When you reach the line containing "Line((-41.428571, -13.552619), (-12.857143, -27.105237))" in the entries below, begin reproducing lines exactly, and stop once the line containing "-29.267363), (12.857143, -27.105237))" is done.
....
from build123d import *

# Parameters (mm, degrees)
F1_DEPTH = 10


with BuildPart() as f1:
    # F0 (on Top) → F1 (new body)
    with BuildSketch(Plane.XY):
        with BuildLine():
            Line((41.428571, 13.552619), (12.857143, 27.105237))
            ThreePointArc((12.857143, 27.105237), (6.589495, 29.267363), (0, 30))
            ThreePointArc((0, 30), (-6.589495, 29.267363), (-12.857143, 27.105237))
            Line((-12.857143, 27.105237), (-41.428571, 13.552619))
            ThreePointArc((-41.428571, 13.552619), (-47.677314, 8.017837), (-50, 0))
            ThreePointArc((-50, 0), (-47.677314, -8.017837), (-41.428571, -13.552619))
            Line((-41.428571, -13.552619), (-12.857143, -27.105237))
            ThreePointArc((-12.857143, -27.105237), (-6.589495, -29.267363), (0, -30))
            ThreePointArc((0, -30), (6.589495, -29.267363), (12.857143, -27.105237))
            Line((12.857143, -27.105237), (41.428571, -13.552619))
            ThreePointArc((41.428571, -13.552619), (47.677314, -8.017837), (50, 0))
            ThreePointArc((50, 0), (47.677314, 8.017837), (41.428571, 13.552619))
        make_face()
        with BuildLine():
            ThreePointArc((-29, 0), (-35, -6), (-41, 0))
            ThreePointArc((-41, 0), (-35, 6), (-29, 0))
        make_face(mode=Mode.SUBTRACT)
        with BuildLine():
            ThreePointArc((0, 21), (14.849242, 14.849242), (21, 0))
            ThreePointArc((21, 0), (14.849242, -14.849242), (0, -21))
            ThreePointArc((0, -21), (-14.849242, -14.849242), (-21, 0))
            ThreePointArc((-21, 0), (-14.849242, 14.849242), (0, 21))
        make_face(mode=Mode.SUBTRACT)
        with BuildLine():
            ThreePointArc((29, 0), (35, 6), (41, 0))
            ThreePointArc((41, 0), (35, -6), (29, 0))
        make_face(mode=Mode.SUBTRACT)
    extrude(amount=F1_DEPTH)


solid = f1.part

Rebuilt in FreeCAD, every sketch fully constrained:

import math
import FreeCAD as App
import Part
import Sketcher
from FreeCAD import Vector
Q = App.Units.Quantity

doc = App.newDocument("Part")
body = doc.addObject("PartDesign::Body", "Body")

sketch1 = body.newObject("Sketcher::SketchObject", "Sketch")
sketch1.AttachmentSupport = (doc.getObject("XY_Plane"), [""])
sketch1.MapMode = "FlatFace"
sketch1.addGeometry([
    Part.LineSegment(Vector(41.428571, 13.552619, 0), Vector(12.857143, 27.105237, 0)),
    Part.ArcOfCircle(Part.Circle(Vector(-0.000003, -0.000012, 0), Vector(0, 0, 1), 30.000012), math.radians(64.623071), math.radians(89.999995)),
    Part.ArcOfCircle(Part.Circle(Vector(0.000003, -0.000012, 0), Vector(0, 0, 1), 30.000012), math.radians(90.000005), math.radians(115.376929)),
    Part.LineSegment(Vector(-12.857143, 27.105237, 0), Vector(-41.428571, 13.552619, 0)),
    Part.ArcOfCircle(Part.Circle(Vector(-34.999999, 0, 0), Vector(0, 0, 1), 15.000001), math.radians(115.376933), math.radians(179.999999)),
    Part.ArcOfCircle(Part.Circle(Vector(-34.999999, 0, 0), Vector(0, 0, 1), 15.000001), math.radians(-179.999999), math.radians(-115.376933)),
    Part.LineSegment(Vector(-41.428571, -13.552619, 0), Vector(-12.857143, -27.105237, 0)),
    Part.ArcOfCircle(Part.Circle(Vector(0.000003, 0.000012, 0), Vector(0, 0, 1), 30.000012), math.radians(-115.376929), math.radians(-90.000005)),
    Part.ArcOfCircle(Part.Circle(Vector(-0.000003, 0.000012, 0), Vector(0, 0, 1), 30.000012), math.radians(-89.999995), math.radians(-64.623071)),
    Part.LineSegment(Vector(12.857143, -27.105237, 0), Vector(41.428571, -13.552619, 0)),
    Part.ArcOfCircle(Part.Circle(Vector(34.999999, 0, 0), Vector(0, 0, 1), 15.000001), math.radians(-64.623067), math.radians(-0.000001)),
    Part.ArcOfCircle(Part.Circle(Vector(34.999999, 0, 0), Vector(0, 0, 1), 15.000001), math.radians(0.000001), math.radians(64.623067)),
    Part.Circle(Vector(-35, 0, 0), Vector(0, 0, 1), 6),
    Part.ArcOfCircle(Part.Circle(Vector(0.000001, -0.000001, 0), Vector(0, 0, 1), 21.000001), math.radians(90.000004), math.radians(179.999996)),
    Part.ArcOfCircle(Part.Circle(Vector(-0.000001, -0.000001, 0), Vector(0, 0, 1), 21.000001), math.radians(0.000004), math.radians(89.999996)),
    Part.ArcOfCircle(Part.Circle(Vector(-0.000001, 0.000001, 0), Vector(0, 0, 1), 21.000001), math.radians(-89.999996), math.radians(-0.000004)),
    Part.ArcOfCircle(Part.Circle(Vector(0.000001, 0.000001, 0), Vector(0, 0, 1), 21.000001), math.radians(-179.999996), math.radians(-90.000004)),
    Part.Circle(Vector(35, 0, 0), Vector(0, 0, 1), 6),
], False)
sketch1.addConstraint([
    Sketcher.Constraint("Tangent", 0, 2, 1, 1),
    Sketcher.Constraint("Tangent", 1, 2, 2, 1),
    Sketcher.Constraint("Tangent", 2, 2, 3, 1),
    Sketcher.Constraint("Tangent", 3, 2, 4, 1),
    Sketcher.Constraint("Tangent", 4, 2, 5, 1),
    Sketcher.Constraint("Tangent", 5, 2, 6, 1),
    Sketcher.Constraint("Tangent", 6, 2, 7, 1),
    Sketcher.Constraint("Tangent", 7, 2, 8, 1),
    Sketcher.Constraint("Tangent", 8, 2, 9, 1),
    Sketcher.Constraint("Tangent", 9, 2, 10, 1),
    Sketcher.Constraint("Tangent", 10, 2, 11, 1),
    Sketcher.Constraint("Tangent", 11, 2, 0, 1),
    Sketcher.Constraint("Tangent", 13, 1, 14, 2),
    Sketcher.Constraint("Tangent", 14, 1, 15, 2),
    Sketcher.Constraint("Tangent", 15, 1, 16, 2),
    Sketcher.Constraint("Tangent", 16, 1, 13, 2),
    Sketcher.Constraint("Coincident", 13, 3, -1, 1),
    Sketcher.Constraint("Coincident", 12, 3, 4, 3),
    Sketcher.Constraint("Coincident", 17, 3, 10, 3),
    Sketcher.Constraint("Equal", 1, 2),
    Sketcher.Constraint("Equal", 4, 5),
    Sketcher.Constraint("Equal", 2, 7),
    Sketcher.Constraint("Equal", 7, 8),
    Sketcher.Constraint("Equal", 5, 10),
    Sketcher.Constraint("Equal", 10, 11),
    Sketcher.Constraint("Equal", 13, 14),
    Sketcher.Constraint("Equal", 12, 17),
    Sketcher.Constraint("Symmetric", 1, 3, 7, 3, -1, 1),
    Sketcher.Constraint("Symmetric", 4, 3, 10, 3, -1, 1),
    Sketcher.Constraint("Symmetric", 0, 2, 2, 2, -2),
    Sketcher.Constraint("PointOnObject", 1, 2, -2),
    Sketcher.Constraint("PointOnObject", 4, 2, -1),
    Sketcher.Constraint("PointOnObject", 7, 2, -2),
    Sketcher.Constraint("PointOnObject", 10, 2, -1),
    Sketcher.Constraint("PointOnObject", 13, 1, -2),
    Sketcher.Constraint("PointOnObject", 14, 1, -1),
    Sketcher.Constraint("PointOnObject", 15, 1, -2),
    Sketcher.Constraint("PointOnObject", 16, 1, -1),
    Sketcher.Constraint("Diameter", 12, Q("12 mm")),
    Sketcher.Constraint("Radius", 4, Q("15.000001 mm")),
    Sketcher.Constraint("Radius", 13, Q("21.000001 mm")),
    Sketcher.Constraint("DistanceX", 4, 3, -1, 1, Q("34.999999 mm")),
    Sketcher.Constraint("DistanceY", -1, 1, 1, 2, Q("30 mm")),
    Sketcher.Constraint("Radius", 1, Q("30.000012 mm")),
])
pad1 = body.newObject("PartDesign::Pad", "Pad")
pad1.Profile = sketch1
pad1.Length = 10

doc.recompute()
....
- _ANSWER SECTION_
            Line((-41.428571, -13.552619), (-12.857143, -27.105237))
            ThreePointArc((-12.857143, -27.105237), (-6.589495, -29.267363), (0, -30))
            ThreePointArc((0, -30), (6.589495, -29.267363), (12.857143, -27.105237))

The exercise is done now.